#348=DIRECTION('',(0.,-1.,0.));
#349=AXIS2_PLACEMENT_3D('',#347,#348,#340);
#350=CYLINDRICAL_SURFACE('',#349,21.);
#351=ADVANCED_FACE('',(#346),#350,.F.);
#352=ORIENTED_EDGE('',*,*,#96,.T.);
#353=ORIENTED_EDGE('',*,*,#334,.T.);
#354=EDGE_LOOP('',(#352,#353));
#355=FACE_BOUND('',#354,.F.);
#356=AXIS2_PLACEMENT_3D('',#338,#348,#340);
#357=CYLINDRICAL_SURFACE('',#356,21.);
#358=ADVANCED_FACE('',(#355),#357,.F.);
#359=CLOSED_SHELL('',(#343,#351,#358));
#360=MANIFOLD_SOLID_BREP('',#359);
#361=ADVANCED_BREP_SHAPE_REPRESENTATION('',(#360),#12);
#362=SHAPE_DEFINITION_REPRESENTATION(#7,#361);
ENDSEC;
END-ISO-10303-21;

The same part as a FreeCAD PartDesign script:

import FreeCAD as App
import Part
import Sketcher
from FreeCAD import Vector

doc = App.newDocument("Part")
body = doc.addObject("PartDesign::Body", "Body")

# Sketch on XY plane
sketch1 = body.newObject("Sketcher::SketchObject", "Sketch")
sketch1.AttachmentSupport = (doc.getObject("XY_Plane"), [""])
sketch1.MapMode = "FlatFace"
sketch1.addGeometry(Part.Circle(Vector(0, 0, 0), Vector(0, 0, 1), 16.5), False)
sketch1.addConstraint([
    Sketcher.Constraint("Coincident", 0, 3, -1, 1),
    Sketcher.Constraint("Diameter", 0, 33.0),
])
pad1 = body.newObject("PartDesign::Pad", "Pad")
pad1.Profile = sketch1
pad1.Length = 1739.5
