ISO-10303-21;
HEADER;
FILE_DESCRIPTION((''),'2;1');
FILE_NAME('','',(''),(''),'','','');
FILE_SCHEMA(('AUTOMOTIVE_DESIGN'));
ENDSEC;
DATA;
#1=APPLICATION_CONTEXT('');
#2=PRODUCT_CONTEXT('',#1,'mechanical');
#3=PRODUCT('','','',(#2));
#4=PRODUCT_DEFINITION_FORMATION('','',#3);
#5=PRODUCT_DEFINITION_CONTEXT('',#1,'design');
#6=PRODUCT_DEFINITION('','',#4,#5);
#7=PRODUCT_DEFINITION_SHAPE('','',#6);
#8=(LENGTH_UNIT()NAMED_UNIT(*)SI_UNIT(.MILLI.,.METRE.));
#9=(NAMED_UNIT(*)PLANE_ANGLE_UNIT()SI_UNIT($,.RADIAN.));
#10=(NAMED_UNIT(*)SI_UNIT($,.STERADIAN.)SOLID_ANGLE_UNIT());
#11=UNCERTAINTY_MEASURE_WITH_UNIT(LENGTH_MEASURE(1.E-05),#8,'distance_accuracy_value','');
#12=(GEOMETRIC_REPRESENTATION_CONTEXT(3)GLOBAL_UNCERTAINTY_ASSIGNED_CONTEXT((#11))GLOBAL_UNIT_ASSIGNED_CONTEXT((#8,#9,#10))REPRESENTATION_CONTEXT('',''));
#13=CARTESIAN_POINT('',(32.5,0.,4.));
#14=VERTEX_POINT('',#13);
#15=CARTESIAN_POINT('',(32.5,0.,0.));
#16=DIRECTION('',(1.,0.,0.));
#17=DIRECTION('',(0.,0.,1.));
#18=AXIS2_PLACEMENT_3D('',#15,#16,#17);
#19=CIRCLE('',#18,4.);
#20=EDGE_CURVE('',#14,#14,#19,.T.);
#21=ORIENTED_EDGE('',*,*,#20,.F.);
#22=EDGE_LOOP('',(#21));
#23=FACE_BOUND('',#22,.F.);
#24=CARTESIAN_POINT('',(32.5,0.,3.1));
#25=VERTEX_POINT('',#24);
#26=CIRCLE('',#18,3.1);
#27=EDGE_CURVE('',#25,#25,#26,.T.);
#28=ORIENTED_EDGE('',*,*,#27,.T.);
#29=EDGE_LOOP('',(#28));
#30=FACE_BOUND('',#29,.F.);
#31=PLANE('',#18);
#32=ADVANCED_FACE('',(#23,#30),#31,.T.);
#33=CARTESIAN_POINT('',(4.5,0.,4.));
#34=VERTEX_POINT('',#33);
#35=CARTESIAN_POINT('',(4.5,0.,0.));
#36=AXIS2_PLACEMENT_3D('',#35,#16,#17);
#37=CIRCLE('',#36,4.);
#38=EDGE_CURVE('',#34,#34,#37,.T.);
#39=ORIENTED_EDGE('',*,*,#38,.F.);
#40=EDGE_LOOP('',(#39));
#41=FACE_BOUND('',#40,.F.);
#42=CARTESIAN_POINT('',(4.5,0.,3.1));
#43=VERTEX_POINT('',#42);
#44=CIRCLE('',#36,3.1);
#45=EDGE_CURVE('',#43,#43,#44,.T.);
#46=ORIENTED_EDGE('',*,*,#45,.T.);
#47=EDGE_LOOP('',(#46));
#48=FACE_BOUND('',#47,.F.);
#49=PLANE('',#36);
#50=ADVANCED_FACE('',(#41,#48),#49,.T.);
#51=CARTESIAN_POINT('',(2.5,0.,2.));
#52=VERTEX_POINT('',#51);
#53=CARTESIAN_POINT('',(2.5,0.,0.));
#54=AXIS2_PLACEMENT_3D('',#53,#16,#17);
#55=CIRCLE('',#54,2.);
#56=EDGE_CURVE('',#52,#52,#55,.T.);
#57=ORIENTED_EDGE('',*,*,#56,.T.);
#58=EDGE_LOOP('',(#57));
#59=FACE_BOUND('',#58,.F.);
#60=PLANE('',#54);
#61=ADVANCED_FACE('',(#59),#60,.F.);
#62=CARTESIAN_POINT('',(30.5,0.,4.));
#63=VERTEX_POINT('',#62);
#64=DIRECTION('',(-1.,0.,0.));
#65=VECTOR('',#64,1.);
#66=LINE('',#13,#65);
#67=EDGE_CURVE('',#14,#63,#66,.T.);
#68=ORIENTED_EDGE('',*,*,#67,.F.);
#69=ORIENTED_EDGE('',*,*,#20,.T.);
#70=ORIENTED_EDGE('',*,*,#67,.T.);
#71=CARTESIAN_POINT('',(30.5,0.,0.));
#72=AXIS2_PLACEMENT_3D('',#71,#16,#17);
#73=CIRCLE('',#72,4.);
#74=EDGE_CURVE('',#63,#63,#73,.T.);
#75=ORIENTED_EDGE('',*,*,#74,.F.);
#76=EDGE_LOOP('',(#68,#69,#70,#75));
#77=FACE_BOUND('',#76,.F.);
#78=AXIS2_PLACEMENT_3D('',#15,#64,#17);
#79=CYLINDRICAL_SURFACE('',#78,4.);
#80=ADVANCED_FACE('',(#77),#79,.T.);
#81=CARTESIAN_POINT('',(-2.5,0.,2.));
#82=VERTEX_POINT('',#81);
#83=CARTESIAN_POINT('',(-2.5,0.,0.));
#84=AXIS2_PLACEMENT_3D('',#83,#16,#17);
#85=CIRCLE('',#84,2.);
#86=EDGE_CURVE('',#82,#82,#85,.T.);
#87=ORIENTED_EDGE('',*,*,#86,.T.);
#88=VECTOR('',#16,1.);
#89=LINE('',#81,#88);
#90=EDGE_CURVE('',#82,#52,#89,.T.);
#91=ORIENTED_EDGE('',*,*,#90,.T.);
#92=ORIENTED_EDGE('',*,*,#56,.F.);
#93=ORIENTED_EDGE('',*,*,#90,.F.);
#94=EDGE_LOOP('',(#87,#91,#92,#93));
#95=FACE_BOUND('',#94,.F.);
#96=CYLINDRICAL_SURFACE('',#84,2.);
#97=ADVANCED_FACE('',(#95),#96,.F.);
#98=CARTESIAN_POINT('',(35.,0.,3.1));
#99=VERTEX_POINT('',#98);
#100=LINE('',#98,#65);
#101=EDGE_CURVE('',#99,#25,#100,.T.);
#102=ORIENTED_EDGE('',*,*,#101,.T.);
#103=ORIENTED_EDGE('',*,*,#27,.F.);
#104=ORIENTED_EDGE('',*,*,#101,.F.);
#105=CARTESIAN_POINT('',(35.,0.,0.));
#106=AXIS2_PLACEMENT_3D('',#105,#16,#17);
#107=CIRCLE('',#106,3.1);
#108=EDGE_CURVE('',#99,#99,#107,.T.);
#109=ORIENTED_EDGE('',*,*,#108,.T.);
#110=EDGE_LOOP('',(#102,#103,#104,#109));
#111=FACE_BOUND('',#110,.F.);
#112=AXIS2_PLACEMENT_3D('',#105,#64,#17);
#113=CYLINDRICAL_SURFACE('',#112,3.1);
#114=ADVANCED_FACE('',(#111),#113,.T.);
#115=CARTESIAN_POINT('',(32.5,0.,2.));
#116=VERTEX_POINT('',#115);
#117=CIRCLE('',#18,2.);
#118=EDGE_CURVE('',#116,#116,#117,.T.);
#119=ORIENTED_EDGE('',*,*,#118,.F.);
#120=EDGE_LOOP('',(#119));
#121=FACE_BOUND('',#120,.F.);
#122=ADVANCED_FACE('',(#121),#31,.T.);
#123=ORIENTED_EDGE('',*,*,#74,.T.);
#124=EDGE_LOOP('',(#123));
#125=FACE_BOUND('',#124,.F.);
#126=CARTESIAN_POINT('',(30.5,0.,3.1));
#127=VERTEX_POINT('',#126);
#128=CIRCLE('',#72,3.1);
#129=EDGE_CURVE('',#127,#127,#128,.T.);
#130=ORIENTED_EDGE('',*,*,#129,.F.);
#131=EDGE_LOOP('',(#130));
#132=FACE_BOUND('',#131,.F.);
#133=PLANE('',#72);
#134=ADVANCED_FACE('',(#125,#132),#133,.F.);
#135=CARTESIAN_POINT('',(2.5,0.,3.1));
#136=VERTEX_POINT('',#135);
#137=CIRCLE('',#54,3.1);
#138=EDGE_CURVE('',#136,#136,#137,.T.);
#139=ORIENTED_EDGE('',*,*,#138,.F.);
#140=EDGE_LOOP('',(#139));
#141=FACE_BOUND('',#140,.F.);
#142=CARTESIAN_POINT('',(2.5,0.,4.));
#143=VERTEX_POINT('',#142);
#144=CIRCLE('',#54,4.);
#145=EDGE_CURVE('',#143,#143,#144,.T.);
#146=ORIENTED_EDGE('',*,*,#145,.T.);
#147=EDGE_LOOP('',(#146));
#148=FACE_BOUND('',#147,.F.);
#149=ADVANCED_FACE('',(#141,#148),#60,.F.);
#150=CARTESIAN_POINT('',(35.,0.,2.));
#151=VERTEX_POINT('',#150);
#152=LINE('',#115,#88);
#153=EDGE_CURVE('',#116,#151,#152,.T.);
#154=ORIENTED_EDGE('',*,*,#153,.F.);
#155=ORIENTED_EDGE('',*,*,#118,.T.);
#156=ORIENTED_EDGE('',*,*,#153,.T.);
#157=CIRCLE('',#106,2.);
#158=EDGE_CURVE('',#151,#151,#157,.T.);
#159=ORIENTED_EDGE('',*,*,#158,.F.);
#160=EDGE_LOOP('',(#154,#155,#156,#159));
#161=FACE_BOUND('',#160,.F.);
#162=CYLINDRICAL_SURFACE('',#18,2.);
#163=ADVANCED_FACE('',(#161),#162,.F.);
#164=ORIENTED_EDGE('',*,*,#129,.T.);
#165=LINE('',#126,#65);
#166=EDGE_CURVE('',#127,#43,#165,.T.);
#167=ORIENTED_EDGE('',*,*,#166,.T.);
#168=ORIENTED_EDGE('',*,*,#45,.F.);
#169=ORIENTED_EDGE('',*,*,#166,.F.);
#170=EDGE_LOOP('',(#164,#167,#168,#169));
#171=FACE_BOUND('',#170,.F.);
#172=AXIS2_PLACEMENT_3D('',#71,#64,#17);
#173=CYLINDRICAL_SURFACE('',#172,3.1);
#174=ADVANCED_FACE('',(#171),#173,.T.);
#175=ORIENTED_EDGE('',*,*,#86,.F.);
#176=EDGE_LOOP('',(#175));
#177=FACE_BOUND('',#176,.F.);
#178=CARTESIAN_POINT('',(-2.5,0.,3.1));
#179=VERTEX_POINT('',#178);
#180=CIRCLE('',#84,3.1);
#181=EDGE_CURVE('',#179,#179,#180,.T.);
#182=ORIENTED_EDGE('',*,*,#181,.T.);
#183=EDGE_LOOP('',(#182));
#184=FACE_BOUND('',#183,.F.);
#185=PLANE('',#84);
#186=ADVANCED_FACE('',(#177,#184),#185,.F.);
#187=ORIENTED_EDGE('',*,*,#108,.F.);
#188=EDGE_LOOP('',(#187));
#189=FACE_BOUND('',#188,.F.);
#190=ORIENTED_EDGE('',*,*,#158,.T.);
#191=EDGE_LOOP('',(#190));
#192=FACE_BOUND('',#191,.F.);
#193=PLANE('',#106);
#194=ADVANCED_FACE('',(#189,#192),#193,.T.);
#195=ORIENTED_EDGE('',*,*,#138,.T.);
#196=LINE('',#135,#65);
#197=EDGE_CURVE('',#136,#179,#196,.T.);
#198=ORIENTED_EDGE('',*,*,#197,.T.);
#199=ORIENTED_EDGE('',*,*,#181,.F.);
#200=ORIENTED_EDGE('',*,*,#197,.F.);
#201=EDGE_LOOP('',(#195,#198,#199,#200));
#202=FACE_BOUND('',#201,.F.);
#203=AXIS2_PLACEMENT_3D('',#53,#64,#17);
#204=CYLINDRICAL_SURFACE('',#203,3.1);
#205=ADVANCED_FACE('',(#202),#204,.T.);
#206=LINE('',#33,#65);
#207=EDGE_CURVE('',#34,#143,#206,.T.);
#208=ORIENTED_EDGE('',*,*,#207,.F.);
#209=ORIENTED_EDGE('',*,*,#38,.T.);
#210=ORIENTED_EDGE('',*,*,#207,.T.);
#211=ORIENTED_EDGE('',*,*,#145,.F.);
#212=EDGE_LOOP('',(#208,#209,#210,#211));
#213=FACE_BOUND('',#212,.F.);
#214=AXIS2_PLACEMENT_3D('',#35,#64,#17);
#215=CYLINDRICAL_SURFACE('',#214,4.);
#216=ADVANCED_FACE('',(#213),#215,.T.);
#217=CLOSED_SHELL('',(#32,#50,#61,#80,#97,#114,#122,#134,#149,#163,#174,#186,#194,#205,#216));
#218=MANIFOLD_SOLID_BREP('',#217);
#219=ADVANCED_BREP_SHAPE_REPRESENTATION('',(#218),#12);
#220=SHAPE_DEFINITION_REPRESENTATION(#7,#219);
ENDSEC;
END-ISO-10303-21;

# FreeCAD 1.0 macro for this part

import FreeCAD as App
import Part
import Sketcher
from FreeCAD import Vector

doc = App.newDocument("Part")
body = doc.addObject("PartDesign::Body", "Body")

# Sketch on XZ plane
sketch1 = doc.addObject("Sketcher::SketchObject", "Sketch")
body.addObject(sketch1)
sketch1.AttachmentSupport = (doc.XZ_Plane, [""])
sketch1.MapMode = "FlatFace"
sketch1.addGeometry([
    Part.LineSegment(Vector(2.5, 3.1, 0), Vector(-2.5, 3.1, 0)),  # 0
    Part.LineSegment(Vector(-2.5, 3.1, 0), Vector(-2.5, 2, 0)),  # 1
    Part.LineSegment(Vector(-2.5, 2, 0), Vector(2.5, 2, 0)),  # 2
    Part.LineSegment(Vector(2.5, 2, 0), Vector(2.5, 0, 0)),  # 3
    Part.LineSegment(Vector(2.5, 0, 0), Vector(32.5, 0, 0)),  # 4
    Part.LineSegment(Vector(32.5, 0, 0), Vector(32.5, 2, 0)),  # 5
    Part.LineSegment(Vector(32.5, 2, 0), Vector(35, 2, 0)),  # 6
    Part.LineSegment(Vector(35, 2, 0), Vector(35, 3.1, 0)),  # 7
    Part.LineSegment(Vector(35, 3.1, 0), Vector(32.5, 3.1, 0)),  # 8
    Part.LineSegment(Vector(32.5, 3.1, 0), Vector(32.5, 4, 0)),  # 9
    Part.LineSegment(Vector(32.5, 4, 0), Vector(30.5, 4, 0)),  # 10
    Part.LineSegment(Vector(30.5, 4, 0), Vector(30.5, 3.1, 0)),  # 11
    Part.LineSegment(Vector(30.5, 3.1, 0), Vector(4.5, 3.1, 0)),  # 12
    Part.LineSegment(Vector(4.5, 3.1, 0), Vector(4.5, 4, 0)),  # 13
    Part.LineSegment(Vector(4.5, 4, 0), Vector(2.5, 4, 0)),  # 14
    Part.LineSegment(Vector(2.5, 4, 0), Vector(2.5, 3.1, 0)),  # 15
], False)
sketch1.addConstraint([
    Sketcher.Constraint("Coincident", 0, 2, 1, 1),
    Sketcher.Constraint("Coincident", 1, 2, 2, 1),
    Sketcher.Constraint("Coincident", 2, 2, 3, 1),
    Sketcher.Constraint("Coincident", 3, 2, 4, 1),
    Sketcher.Constraint("Coincident", 4, 2, 5, 1),
    Sketcher.Constraint("Coincident", 5, 2, 6, 1),
    Sketcher.Constraint("Coincident", 6, 2, 7, 1),
    Sketcher.Constraint("Coincident", 7, 2, 8, 1),
    Sketcher.Constraint("Coincident", 8, 2, 9, 1),
    Sketcher.Constraint("Coincident", 9, 2, 10, 1),
    Sketcher.Constraint("Coincident", 10, 2, 11, 1),
    Sketcher.Constraint("Coincident", 11, 2, 12, 1),
    Sketcher.Constraint("Coincident", 12, 2, 13, 1),
    Sketcher.Constraint("Coincident", 13, 2, 14, 1),
    Sketcher.Constraint("Coincident", 14, 2, 15, 1),
    Sketcher.Constraint("Coincident", 15, 2, 0, 1),
    Sketcher.Constraint("Horizontal", 0),
    Sketcher.Constraint("Vertical", 1),
    Sketcher.Constraint("Horizontal", 2),
    Sketcher.Constraint("Vertical", 3),
    Sketcher.Constraint("Horizontal", 4),
    Sketcher.Constraint("Vertical", 5),
    Sketcher.Constraint("Horizontal", 6),
    Sketcher.Constraint("Vertical", 7),
    Sketcher.Constraint("Horizontal", 8),
    Sketcher.Constraint("Vertical", 9),
    Sketcher.Constraint("Horizontal", 10),
    Sketcher.Constraint("Vertical", 11),
    Sketcher.Constraint("Horizontal", 12),
    Sketcher.Constraint("Vertical", 13),
    Sketcher.Constraint("Horizontal", 14),
    Sketcher.Constraint("Vertical", 15),
    Sketcher.Constraint("PointOnObject", 3, 2, -1),
    Sketcher.Constraint("Horizontal", 2, 2, 5, 2),
    Sketcher.Constraint("Horizontal", 0, 2, 7, 2),
    Sketcher.Constraint("Horizontal", 8, 2, 11, 2),
    Sketcher.Constraint("Horizontal", 10, 2, 13, 2),
    Sketcher.Constraint("Vertical", 5, 2, 8, 2),
    Sketcher.Constraint("Vertical", 3, 2, 14, 2),
    Sketcher.Constraint("Equal", 10, 14),
    Sketcher.Constraint("Equal", 14, 3),
    Sketcher.Constraint("DistanceX", 0, 2, 0, 1, 5.0),
    Sketcher.Constraint("DistanceX", 4, 1, 4, 2, 30.0),
    Sketcher.Constraint("DistanceX", 10, 2, 10, 1, 2.0),
    Sketcher.Constraint("DistanceX", 6, 1, 6, 2, 2.5),
    Sketcher.Constraint("DistanceY", 1, 2, 1, 1, 1.1),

============

• [Task description]:
Please reproduce, exactly as they appear above, the lines from the line containing "#125=FACE_BOUND('',#124,.F.);" up to and including the line containing "#135=CARTESIAN_POINT('',(2.5,0.,3.1));".

• [Answer]:
#125=FACE_BOUND('',#124,.F.);
#126=CARTESIAN_POINT('',(30.5,0.,3.1));
#127=VERTEX_POINT('',#126);
#128=CIRCLE('',#72,3.1);
#129=EDGE_CURVE('',#127,#127,#128,.T.);
#130=ORIENTED_EDGE('',*,*,#129,.F.);
#131=EDGE_LOOP('',(#130));
#132=FACE_BOUND('',#131,.F.);
#133=PLANE('',#72);
#134=ADVANCED_FACE('',(#125,#132),#133,.F.);
#135=CARTESIAN_POINT('',(2.5,0.,3.1));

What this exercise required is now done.